Because I thought, how about for a change, you take this opportunity to practice what I have already taught you. How about you take what I have taught and put in into your body and make it your own? Practice strengthening the body's (touch) sense of physical stimuli, such as pressure and vibration, as well as the sensation of position?
(No one has ever described me as a warm, soft and fuzzy person- more like a 2 X4 swinging around.)
I did offer to email written sequences to each of you, upon request. No one took me up on the offer.
I practice yoga and do my workouts inside. Inside my body and my senses. Just me and a piece of paper with a sequence written out, I am not focused on externals: following the instructions, keeping up, the person next to me, the clock, just to name a few. I can’t rely on a person outside of me to feed me information regarding where I am in space and time. Just me and a sequence, trying to activate what I have been learning. This requires all the interoception and proprioception I have. It is all autonomy and personal responsibility. It is personal emancipation.
It’s always hard to work with translations and certainly English translations of pratyahara in yoga and indriya samvara can elicit negative connotations. Consider this- well established science tells us how screen time is addictive, how the brain is stimulated into a form of agitated craving, how we are pulled out of self- sufficiency to seek more and more stimuli. Consider how our eyes, our vision and our mind, our thoughts and emotions dominate, even drown out input from the other senses. Can you stand on one foot? Can you stand on one foot with your eyes closed? Do you have to listen to music or have the TV or radio on to drown out the thoughts in your head?
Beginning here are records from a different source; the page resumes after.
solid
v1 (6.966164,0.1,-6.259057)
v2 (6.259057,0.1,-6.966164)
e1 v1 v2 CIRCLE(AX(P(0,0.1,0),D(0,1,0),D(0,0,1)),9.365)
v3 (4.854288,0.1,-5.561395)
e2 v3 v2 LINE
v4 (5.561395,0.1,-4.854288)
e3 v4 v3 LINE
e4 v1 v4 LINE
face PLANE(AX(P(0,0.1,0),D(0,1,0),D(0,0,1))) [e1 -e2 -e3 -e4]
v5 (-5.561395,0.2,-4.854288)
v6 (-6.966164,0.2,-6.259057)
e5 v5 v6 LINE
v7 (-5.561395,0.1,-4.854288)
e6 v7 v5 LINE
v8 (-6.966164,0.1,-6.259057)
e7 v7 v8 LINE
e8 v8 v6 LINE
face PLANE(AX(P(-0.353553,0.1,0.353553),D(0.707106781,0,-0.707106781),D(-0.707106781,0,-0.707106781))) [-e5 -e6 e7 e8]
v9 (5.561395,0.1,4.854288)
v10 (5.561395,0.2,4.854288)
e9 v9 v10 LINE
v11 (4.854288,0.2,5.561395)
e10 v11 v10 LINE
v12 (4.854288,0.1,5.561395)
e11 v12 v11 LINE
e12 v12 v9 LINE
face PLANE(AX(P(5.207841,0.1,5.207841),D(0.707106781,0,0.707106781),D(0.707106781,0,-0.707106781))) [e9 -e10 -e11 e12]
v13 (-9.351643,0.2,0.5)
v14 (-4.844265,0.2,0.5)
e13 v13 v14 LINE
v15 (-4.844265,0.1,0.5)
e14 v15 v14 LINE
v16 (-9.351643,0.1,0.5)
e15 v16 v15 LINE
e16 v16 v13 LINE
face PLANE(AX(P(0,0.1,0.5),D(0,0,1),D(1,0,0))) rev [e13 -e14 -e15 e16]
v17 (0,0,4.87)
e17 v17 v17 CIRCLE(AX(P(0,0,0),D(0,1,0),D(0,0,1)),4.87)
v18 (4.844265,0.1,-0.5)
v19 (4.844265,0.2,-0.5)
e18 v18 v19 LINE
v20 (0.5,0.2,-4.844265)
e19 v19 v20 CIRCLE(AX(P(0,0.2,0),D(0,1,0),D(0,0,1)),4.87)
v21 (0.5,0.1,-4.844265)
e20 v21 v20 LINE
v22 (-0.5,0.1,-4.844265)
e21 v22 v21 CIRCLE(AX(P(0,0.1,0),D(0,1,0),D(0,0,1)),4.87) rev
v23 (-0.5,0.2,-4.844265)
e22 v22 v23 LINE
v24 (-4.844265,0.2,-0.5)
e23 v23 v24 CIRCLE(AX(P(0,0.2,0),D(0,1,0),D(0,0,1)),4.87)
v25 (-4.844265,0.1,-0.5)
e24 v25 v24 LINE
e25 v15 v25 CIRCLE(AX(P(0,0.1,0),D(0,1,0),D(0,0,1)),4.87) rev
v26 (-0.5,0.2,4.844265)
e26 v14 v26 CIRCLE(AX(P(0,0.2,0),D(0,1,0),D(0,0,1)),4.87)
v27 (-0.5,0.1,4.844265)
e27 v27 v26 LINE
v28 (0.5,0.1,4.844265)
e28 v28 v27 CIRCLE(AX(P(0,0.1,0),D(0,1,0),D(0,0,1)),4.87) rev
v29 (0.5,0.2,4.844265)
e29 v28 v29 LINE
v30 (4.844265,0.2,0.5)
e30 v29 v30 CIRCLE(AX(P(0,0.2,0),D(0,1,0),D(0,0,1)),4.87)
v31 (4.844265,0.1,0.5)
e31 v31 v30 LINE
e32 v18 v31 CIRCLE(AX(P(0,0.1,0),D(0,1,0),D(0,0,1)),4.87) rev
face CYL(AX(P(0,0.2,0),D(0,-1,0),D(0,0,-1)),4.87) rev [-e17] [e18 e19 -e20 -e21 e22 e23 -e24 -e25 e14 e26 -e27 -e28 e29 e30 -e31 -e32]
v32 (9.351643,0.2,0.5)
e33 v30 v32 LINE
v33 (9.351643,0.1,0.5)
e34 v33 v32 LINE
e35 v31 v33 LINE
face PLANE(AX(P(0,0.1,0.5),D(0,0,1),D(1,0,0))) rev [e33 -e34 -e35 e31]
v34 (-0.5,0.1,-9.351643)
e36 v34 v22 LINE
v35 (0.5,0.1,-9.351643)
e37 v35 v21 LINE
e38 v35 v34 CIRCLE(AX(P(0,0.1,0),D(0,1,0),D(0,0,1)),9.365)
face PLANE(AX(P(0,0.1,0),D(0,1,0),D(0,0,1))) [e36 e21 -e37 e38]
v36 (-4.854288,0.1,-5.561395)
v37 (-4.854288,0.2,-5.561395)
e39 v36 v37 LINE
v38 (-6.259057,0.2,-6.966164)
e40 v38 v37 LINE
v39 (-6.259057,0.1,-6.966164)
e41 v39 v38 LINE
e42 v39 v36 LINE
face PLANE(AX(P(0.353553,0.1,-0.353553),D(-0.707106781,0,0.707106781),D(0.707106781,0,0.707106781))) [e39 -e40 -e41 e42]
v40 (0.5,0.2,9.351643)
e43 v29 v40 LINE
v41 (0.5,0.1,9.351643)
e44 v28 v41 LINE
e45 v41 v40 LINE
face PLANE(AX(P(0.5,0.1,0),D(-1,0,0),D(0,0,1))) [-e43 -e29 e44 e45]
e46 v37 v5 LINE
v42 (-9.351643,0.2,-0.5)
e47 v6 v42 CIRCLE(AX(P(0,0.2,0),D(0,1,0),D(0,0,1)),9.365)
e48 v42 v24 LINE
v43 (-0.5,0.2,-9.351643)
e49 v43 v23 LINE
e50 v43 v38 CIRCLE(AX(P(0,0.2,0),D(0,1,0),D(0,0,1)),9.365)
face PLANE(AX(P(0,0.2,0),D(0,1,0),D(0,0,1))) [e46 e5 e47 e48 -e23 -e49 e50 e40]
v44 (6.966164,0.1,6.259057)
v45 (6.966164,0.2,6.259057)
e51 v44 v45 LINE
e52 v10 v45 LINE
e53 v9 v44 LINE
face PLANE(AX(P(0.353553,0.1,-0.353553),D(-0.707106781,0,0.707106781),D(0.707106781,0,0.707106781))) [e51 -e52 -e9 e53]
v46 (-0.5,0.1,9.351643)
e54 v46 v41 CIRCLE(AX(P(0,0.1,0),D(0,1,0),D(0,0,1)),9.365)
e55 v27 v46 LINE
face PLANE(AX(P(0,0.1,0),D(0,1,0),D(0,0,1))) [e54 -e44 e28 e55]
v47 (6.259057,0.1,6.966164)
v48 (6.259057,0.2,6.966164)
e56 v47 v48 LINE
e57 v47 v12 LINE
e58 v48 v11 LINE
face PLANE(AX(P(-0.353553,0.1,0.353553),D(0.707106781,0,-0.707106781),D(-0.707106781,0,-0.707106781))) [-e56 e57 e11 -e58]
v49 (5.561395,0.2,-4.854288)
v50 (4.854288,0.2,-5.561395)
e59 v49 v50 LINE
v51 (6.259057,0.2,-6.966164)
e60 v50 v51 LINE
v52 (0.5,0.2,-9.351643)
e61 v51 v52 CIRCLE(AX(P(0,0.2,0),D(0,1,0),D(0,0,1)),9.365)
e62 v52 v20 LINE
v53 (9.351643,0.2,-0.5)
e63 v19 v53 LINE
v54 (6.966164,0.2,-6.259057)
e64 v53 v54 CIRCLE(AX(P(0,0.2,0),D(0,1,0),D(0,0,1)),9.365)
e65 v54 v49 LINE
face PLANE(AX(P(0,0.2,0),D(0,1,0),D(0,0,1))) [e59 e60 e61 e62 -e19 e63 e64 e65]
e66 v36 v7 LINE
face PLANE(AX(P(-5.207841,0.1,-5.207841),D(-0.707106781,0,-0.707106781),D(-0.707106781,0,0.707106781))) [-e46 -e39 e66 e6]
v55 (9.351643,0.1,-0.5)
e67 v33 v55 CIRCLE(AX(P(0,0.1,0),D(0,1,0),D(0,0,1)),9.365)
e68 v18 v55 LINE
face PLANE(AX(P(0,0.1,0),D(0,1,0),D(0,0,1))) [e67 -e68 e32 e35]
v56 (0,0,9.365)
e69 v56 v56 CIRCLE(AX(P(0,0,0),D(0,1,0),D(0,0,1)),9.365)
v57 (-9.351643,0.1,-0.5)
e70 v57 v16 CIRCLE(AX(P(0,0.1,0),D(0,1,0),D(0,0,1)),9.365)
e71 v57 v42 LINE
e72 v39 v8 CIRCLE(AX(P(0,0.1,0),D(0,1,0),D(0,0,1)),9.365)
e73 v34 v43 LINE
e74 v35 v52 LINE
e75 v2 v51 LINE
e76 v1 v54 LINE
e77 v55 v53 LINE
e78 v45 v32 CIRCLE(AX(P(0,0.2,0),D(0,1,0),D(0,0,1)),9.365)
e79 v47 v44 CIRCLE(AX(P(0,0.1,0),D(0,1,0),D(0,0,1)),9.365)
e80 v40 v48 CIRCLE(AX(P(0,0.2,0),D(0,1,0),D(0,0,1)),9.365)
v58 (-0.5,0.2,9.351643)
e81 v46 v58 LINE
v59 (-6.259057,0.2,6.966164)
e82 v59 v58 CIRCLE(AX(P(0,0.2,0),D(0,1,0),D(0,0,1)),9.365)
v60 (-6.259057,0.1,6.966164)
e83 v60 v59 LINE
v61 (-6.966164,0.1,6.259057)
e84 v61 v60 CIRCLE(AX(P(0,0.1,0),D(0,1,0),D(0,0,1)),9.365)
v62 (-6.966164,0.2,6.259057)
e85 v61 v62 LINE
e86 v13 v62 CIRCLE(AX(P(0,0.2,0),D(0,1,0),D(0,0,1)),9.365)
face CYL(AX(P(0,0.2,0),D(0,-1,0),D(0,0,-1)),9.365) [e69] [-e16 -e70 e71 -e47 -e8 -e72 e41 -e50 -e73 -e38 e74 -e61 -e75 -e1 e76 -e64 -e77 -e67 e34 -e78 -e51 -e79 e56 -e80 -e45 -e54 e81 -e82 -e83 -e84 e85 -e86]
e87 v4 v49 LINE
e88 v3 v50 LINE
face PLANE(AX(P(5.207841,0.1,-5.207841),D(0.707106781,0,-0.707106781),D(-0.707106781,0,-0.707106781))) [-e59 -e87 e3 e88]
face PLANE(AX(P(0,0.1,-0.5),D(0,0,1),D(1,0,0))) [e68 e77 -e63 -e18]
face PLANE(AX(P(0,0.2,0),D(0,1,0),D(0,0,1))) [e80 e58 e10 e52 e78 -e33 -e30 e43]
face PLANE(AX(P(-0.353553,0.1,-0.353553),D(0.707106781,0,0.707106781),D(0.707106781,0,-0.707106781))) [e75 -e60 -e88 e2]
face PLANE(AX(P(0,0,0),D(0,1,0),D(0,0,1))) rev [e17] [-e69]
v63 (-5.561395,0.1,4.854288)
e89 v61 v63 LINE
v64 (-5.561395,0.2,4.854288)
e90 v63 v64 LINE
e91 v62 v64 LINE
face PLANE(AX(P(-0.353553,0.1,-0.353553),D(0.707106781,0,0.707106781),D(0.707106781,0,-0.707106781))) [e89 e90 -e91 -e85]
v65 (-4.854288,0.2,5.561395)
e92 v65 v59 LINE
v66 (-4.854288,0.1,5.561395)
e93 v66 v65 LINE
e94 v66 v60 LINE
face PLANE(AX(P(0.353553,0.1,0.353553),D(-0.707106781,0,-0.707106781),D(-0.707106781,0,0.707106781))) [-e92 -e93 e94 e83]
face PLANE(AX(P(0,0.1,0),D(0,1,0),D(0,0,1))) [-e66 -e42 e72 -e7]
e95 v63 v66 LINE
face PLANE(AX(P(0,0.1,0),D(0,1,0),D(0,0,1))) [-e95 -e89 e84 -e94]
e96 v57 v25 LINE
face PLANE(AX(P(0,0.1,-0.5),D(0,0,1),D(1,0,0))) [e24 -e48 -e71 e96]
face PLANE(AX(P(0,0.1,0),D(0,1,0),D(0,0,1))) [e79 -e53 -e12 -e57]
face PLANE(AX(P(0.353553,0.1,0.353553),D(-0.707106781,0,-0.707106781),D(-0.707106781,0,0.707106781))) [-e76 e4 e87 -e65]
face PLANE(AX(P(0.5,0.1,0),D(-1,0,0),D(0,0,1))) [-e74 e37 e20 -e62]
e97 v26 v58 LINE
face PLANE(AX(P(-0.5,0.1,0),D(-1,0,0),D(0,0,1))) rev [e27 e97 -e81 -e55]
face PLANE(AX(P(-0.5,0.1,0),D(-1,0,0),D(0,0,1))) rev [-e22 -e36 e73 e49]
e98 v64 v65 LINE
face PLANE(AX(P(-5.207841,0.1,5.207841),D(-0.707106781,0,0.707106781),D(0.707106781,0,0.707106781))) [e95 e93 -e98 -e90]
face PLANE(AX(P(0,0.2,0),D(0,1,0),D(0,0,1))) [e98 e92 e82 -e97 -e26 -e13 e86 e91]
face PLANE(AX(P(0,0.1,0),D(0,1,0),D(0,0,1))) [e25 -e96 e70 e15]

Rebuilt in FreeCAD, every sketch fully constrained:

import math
import FreeCAD as App
import Part
import Sketcher
Q = App.Units.Quantity

doc = App.newDocument("Part")
params = doc.addObject("Spreadsheet::Sheet", "Params")
for row, (alias, value) in enumerate([
    ("sketch1_diameter", "18.73 mm"),
    ("sketch1_diameter2", "9.74 mm"),
    ("pad1_length", "0.2 mm"),
    ("sketch2_radius", "4.87 mm"),
    ("sketch2_length", "1 mm"),
    ("sketch2_length2", "2 mm"),
    ("pocket1_length", "0.1 mm"),
], start=1):
    params.set(f"A{row}", alias)
    params.set(f"B{row}", "=" + value)
    params.setAlias(f"B{row}", alias)

body = doc.addObject("PartDesign::Body", "Body")

# Sketch on XZ plane
sketch1 = body.newObject("Sketcher::SketchObject", "Sketch")
sketch1.AttachmentSupport = (doc.getObject("XZ_Plane"), [""])
sketch1.MapMode = "FlatFace"
sketch1.addGeometry([
    Part.Circle(App.Vector(0, 0, 0), App.Vector(0, 0, 1), 9.365),
    Part.Circle(App.Vector(0, 0, 0), App.Vector(0, 0, 1), 4.87),
], False)
sketch1.addConstraint([
    Sketcher.Constraint("Coincident", 0, 3, -1, 1),
    Sketcher.Constraint("Coincident", 1, 3, -1, 1),
    Sketcher.Constraint("Diameter", 0, Q("18.73 mm")),
    Sketcher.Constraint("Diameter", 1, Q("9.74 mm")),
])
sketch1.setExpression("Constraints[2]", "Params.sketch1_diameter")
sketch1.setExpression("Constraints[3]", "Params.sketch1_diameter2")
pad1 = body.newObject("PartDesign::Pad", "Pad")
pad1.Profile = sketch1
pad1.setExpression("Length", "Params.pad1_length")
pad1.Reversed = True

# Sketch on XZ plane
sketch2 = body.newObject("Sketcher::SketchObject", "Sketch001")
sketch2.AttachmentSupport = (doc.getObject("XZ_Plane"), [""])
sketch2.MapMode = "FlatFace"
sketch2.AttachmentOffset = App.Placement(App.Vector(0, 0, -0.2), App.Rotation())
sketch2.addGeometry([
    Part.LineSegment(App.Vector(-0.5, -9.351643, 0), App.Vector(-0.5, -4.844265, 0)),  # 0
    Part.ArcOfCircle(Part.Circle(App.Vector(0, 0, 0), App.Vector(0, 0, 1), 4.87), math.radians(-95.892908), math.radians(-84.107092)),  # 1
    Part.LineSegment(App.Vector(0.5, -4.844265, 0), App.Vector(0.5, -9.351643, 0)),  # 2
    Part.ArcOfCircle(Part.Circle(App.Vector(0, 0.000001, 0), App.Vector(0, 0, 1), 9.365001), math.radians(-90), math.radians(-86.939507)),  # 3
    Part.ArcOfCircle(Part.Circle(App.Vector(0, 0.000001, 0), App.Vector(0, 0, 1), 9.365001), math.radians(-93.060493), math.radians(-90)),  # 4
    Part.ArcOfCircle(Part.Circle(App.Vector(0, 0, 0), App.Vector(0, 0, 1), 4.87), math.radians(84.107092), math.radians(95.892908)),  # 5
    Part.LineSegment(App.Vector(-0.5, 4.844265, 0), App.Vector(-0.5, 9.351643, 0)),  # 6
    Part.ArcOfCircle(Part.Circle(App.Vector(0, -0.000001, 0), App.Vector(0, 0, 1), 9.365001), math.radians(90), math.radians(93.060493)),  # 7
    Part.ArcOfCircle(Part.Circle(App.Vector(0, -0.000001, 0), App.Vector(0, 0, 1), 9.365001), math.radians(86.939507), math.radians(90)),  # 8
    Part.LineSegment(App.Vector(0.5, 9.351643, 0), App.Vector(0.5, 4.844265, 0)),  # 9
    Part.LineSegment(App.Vector(-4.844265, -0.5, 0), App.Vector(-9.351643, -0.5, 0)),  # 10
    Part.ArcOfCircle(Part.Circle(App.Vector(0.000001, 0, 0), App.Vector(0, 0, 1), 9.365001), math.radians(-180), math.radians(-176.939507)),  # 11
    Part.ArcOfCircle(Part.Circle(App.Vector(0.000001, 0, 0), App.Vector(0, 0, 1), 9.365001), math.radians(176.939507), math.radians(180)),  # 12
    Part.LineSegment(App.Vector(-9.351643, 0.5, 0), App.Vector(-4.844265, 0.5, 0)),  # 13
“Pratyahara empowers one to stop being controlled by the external world, fetch one's attention to seek self-knowledge and experience the freedom innate in one's inner world.” https://en.wikipedia.org/wiki/Pratyahara
I love the internet and online learning maybe as much as the next. I pay for ad-free YouTube, take an online continuing ed class to learn more about how bodies work. I listen to podcasts, audio books and stream movies from the library. For about 10 years I used a high quality online yoga class service.
I hope you keep up your practice. I challenge to you this: Up Your Game and practice yoga with no screen, no other person or voice telling you what to do. Take note if it is hard to interocept- perceive conditions within the body, or do you believe you require exteroception- external stimuli acting on the body.
Yoga, and you all call what we are doing at Aspiration Community Yoga “yoga”, is a practice for quieting the domination of disturbance and agitation. Take advantage of this opportunity.